The truth for many businesses is that, while life has inevitably settled into some form of the oft referenced ‘new normal’, there is still much thinking to be done around what this really means long term.

The truly disquieting revelation is that this could all change substantially again. The metaverse may be an intangible Silicon Valley phenomenon right now, but having already experienced one jolting paradigm shift, those dismissing its rise will likely be fewer in number.8

So what can brand do to make sense of all this? Used properly, brand is a vital organising principle that shapes experiences and creates certainty – not only for your customers, but in this case crucially for your own people.

If your principles, values and behaviours allow you to envisage how your culture functions in a variety of possible realities, your brand is doing its job in providing continuity and clarity.
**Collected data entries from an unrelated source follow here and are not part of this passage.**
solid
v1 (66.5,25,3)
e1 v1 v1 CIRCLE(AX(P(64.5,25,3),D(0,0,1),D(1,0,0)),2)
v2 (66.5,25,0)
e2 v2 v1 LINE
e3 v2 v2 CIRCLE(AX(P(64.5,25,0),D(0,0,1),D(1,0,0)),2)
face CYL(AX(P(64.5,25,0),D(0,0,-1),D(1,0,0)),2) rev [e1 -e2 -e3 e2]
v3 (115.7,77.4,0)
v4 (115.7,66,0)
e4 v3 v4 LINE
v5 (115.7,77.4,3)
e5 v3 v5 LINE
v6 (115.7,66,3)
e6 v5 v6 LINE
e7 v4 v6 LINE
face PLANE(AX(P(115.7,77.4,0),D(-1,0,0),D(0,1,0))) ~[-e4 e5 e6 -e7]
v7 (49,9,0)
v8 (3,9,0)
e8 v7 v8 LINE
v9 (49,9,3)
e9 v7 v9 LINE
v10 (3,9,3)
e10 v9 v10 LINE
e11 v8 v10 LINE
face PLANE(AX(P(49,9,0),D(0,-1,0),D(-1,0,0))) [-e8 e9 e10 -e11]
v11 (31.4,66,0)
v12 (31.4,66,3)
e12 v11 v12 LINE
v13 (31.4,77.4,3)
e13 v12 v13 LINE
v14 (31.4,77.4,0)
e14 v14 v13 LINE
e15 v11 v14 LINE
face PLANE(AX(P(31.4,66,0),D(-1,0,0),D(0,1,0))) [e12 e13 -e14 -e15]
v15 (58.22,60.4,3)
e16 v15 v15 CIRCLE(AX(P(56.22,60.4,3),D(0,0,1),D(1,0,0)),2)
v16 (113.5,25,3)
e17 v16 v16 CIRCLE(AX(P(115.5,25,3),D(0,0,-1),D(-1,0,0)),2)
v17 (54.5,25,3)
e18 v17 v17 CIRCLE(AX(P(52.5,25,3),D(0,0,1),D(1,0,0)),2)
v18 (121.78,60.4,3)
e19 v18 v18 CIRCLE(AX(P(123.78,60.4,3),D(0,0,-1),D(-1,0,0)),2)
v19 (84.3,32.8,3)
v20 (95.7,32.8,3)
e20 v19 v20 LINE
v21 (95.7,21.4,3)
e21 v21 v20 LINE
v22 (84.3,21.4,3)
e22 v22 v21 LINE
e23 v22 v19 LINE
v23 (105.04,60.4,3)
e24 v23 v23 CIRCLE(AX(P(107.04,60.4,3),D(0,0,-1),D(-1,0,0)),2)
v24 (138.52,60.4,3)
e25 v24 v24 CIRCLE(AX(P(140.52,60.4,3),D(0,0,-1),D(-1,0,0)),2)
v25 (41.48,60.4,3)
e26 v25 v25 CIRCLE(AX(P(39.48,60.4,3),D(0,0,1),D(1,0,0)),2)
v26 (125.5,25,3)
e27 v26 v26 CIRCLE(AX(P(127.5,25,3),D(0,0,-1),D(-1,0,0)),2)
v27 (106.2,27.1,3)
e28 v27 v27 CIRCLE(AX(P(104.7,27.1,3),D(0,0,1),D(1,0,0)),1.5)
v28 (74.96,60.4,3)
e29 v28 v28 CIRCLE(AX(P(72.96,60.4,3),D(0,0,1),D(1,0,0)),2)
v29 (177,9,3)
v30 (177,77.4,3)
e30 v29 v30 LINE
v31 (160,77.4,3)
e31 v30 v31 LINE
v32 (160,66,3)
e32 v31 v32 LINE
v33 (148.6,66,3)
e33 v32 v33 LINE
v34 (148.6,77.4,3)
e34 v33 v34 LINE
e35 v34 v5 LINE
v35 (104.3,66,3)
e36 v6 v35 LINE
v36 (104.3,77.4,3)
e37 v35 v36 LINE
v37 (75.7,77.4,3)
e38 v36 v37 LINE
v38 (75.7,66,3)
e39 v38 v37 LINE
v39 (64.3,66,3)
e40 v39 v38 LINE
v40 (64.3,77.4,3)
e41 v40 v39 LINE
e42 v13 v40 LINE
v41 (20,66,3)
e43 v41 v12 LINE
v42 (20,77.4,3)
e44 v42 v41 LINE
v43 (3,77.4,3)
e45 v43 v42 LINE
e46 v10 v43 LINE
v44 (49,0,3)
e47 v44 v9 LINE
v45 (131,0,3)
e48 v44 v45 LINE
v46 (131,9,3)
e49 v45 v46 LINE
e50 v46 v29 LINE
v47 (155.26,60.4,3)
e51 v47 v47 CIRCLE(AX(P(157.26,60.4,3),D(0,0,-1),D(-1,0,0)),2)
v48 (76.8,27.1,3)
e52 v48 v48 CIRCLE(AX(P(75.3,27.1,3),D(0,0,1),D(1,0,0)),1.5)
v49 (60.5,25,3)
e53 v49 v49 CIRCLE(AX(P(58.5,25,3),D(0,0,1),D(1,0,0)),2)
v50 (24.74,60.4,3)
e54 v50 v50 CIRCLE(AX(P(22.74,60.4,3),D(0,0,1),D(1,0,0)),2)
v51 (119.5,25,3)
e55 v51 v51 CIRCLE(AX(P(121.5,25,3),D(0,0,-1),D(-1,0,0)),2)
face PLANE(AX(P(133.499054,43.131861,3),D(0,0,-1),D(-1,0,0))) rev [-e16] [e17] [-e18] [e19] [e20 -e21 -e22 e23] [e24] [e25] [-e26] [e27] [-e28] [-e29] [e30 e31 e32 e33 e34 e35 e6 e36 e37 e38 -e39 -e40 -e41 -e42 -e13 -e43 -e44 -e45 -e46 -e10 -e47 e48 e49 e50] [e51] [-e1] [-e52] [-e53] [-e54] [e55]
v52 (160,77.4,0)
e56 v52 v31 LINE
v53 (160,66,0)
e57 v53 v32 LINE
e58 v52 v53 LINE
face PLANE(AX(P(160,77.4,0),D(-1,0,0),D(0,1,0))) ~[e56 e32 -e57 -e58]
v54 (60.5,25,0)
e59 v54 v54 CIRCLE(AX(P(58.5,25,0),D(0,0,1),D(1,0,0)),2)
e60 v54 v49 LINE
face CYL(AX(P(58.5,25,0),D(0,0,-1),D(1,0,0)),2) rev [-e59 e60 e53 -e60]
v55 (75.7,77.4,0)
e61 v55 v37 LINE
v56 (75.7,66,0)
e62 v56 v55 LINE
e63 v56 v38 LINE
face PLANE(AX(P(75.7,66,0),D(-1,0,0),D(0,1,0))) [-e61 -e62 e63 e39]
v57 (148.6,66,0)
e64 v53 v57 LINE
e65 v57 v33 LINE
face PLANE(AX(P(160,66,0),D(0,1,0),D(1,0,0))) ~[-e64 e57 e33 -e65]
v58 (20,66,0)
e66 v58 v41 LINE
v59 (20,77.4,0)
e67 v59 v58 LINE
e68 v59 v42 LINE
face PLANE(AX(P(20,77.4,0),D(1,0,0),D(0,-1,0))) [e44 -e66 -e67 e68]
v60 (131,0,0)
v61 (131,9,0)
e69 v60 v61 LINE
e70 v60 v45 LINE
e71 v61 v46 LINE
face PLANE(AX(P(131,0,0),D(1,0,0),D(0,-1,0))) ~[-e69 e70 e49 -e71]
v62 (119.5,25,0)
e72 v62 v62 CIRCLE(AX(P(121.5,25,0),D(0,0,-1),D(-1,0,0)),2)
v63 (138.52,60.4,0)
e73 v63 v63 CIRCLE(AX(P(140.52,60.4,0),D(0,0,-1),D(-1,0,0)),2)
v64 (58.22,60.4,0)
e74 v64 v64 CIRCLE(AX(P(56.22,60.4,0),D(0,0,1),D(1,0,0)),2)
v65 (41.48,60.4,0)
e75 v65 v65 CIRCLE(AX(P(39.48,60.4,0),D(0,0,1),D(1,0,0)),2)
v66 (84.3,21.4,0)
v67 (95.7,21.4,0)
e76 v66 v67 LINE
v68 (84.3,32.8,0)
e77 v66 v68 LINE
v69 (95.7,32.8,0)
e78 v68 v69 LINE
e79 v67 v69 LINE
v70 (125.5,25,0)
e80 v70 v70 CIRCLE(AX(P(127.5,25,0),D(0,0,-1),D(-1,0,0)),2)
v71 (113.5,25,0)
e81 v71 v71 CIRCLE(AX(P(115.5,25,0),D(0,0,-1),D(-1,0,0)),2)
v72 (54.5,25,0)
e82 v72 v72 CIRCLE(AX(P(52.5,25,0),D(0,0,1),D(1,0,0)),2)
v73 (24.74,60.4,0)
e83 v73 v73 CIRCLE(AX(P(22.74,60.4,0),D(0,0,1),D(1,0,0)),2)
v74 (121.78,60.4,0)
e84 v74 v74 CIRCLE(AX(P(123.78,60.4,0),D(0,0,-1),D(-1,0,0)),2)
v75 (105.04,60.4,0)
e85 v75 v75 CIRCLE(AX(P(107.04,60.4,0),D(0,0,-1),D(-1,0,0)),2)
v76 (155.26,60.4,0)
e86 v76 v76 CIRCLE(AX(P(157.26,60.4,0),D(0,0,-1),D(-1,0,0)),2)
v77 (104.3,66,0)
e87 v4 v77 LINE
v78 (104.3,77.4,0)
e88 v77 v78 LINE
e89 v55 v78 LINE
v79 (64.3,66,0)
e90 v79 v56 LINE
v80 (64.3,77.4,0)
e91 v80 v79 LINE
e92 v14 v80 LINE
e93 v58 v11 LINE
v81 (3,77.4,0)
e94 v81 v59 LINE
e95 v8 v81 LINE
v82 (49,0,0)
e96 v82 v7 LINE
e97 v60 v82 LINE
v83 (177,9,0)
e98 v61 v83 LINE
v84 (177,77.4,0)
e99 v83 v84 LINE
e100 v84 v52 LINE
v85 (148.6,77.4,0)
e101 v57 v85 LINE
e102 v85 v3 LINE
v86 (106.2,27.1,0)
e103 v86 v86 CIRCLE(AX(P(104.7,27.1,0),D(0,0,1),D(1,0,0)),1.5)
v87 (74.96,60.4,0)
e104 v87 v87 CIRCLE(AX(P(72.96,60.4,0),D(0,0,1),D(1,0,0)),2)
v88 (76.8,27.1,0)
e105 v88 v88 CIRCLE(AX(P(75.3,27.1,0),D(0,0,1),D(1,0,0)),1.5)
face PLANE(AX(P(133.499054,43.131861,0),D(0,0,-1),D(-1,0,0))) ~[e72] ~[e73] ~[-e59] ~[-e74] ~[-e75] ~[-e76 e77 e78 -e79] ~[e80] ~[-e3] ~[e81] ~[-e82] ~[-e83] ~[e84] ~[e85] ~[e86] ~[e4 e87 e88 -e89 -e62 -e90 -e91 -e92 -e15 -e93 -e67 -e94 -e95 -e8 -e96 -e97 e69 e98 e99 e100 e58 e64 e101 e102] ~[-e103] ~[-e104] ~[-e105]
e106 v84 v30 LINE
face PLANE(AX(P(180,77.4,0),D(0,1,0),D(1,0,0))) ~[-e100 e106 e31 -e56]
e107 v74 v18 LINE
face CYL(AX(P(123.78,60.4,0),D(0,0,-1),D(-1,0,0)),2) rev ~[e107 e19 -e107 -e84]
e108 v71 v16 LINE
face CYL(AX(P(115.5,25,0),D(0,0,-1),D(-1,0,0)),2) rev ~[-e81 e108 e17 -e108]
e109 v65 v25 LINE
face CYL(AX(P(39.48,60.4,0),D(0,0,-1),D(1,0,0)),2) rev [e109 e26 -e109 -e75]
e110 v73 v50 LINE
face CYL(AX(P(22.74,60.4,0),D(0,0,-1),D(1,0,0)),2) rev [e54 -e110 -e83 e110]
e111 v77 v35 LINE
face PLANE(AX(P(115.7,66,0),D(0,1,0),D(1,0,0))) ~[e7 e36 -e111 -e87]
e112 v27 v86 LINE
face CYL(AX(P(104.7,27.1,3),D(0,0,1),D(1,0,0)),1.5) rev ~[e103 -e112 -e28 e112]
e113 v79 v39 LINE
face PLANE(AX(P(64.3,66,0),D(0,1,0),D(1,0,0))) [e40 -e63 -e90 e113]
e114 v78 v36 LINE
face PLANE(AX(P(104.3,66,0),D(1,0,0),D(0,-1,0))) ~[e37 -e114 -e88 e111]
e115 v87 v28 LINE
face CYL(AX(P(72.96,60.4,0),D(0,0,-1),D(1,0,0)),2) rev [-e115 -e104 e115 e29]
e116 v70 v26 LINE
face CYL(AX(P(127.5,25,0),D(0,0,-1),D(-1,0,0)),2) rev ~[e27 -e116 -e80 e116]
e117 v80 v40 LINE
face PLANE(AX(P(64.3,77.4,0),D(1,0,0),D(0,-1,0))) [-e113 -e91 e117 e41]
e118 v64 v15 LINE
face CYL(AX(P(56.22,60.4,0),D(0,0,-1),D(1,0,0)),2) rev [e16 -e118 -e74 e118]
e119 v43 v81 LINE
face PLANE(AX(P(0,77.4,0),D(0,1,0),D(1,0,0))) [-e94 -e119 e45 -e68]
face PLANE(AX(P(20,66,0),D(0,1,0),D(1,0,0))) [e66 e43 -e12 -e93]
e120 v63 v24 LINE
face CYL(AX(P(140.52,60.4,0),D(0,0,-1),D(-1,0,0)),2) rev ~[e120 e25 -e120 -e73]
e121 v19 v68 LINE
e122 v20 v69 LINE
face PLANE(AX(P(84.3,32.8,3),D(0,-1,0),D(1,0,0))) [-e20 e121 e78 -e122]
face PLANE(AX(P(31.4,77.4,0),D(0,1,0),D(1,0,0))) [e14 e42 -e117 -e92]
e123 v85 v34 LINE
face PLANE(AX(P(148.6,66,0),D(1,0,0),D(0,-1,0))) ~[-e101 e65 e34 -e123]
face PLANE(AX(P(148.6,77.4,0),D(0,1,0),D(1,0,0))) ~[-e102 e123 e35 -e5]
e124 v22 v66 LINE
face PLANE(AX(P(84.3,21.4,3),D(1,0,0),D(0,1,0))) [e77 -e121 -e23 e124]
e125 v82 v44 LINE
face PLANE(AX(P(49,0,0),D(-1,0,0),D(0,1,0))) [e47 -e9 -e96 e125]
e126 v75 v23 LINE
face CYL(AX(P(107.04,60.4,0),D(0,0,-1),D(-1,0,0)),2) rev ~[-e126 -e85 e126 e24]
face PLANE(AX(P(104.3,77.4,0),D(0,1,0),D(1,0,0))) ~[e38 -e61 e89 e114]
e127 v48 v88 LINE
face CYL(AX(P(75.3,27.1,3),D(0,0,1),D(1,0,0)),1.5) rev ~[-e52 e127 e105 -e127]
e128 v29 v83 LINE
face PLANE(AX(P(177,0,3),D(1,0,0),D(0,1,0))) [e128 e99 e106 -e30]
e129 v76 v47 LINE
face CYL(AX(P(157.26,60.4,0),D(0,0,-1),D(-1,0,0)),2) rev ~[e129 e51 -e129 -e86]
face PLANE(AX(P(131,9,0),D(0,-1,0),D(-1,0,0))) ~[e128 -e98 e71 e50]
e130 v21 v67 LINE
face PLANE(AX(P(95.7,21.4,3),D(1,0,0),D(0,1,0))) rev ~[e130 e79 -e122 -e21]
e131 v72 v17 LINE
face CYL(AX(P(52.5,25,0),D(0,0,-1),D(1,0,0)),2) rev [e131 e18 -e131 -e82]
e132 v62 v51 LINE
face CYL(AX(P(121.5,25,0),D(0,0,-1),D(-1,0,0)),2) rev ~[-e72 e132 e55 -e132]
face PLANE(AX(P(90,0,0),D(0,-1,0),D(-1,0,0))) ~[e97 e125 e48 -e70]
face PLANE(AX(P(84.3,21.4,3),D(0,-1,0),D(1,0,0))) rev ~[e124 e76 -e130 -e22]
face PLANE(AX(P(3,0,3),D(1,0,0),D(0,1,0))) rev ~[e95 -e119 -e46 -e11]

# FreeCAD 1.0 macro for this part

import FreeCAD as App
import Part
import Sketcher
from FreeCAD import Vector
Q = App.Units.Quantity

doc = App.newDocument("Part")
body = doc.addObject("PartDesign::Body", "Body")

sketch1 = body.newObject("Sketcher::SketchObject", "Sketch")
sketch1.AttachmentSupport = (doc.getObject("XY_Plane"), [""])
sketch1.MapMode = "FlatFace"
sketch1.addGeometry([
    Part.LineSegment(Vector(20, 77.4, 0), Vector(0, 77.4, 0)),
    Part.LineSegment(Vector(0, 77.4, 0), Vector(0, 9, 0)),
    Part.LineSegment(Vector(0, 9, 0), Vector(49, 9, 0)),
    Part.LineSegment(Vector(49, 9, 0), Vector(49, 0, 0)),
    Part.LineSegment(Vector(49, 0, 0), Vector(90, 0, 0)),
    Part.LineSegment(Vector(90, 0, 0), Vector(90, 77.4, 0)),
    Part.LineSegment(Vector(90, 77.4, 0), Vector(75.7, 77.4, 0)),
    Part.LineSegment(Vector(75.7, 77.4, 0), Vector(75.7, 66, 0)),
    Part.LineSegment(Vector(75.7, 66, 0), Vector(64.3, 66, 0)),
    Part.LineSegment(Vector(64.3, 66, 0), Vector(64.3, 77.4, 0)),
    Part.LineSegment(Vector(64.3, 77.4, 0), Vector(31.4, 77.4, 0)),
    Part.LineSegment(Vector(31.4, 77.4, 0), Vector(31.4, 66, 0)),
    Part.LineSegment(Vector(31.4, 66, 0), Vector(20, 66, 0)),
    Part.LineSegment(Vector(20, 66, 0), Vector(20, 77.4, 0)),
    Part.Circle(Vector(64.5, 25, 0), Vector(0, 0, 1), 2),
    Part.Circle(Vector(58.5, 25, 0), Vector(0, 0, 1), 2),
    Part.Circle(Vector(52.5, 25, 0), Vector(0, 0, 1), 2),
    Part.Circle(Vector(73, 60.4, 0), Vector(0, 0, 1), 2),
If they do not, it may be time to reevaluate.

Credit: Annie Spratt on Unsplash

Being Intentional

Do you need an office, or do you just need a space?

The concept of agile workspaces is nothing new, although interest in them is on the up.9 But going beyond the idea of being able to repurpose your office to say, host an offsite or
a client workshop, could brands rethink and reshape what their space is actually for?

After all, if your business is all about relationships, or creativity, does it make sense for the space your company calls home to be based around a set of desks? Maybe what you really need to inhabit is an incredible coffee shop, or an artist’s studio, or a theatre.

We’re not here to reject pragmatism entirely. We’re here to be honest about what your people can do better in person, in a shared space, than remotely. And what new heights your business can reach as a result. 

Do you need an office, or do you just need a space?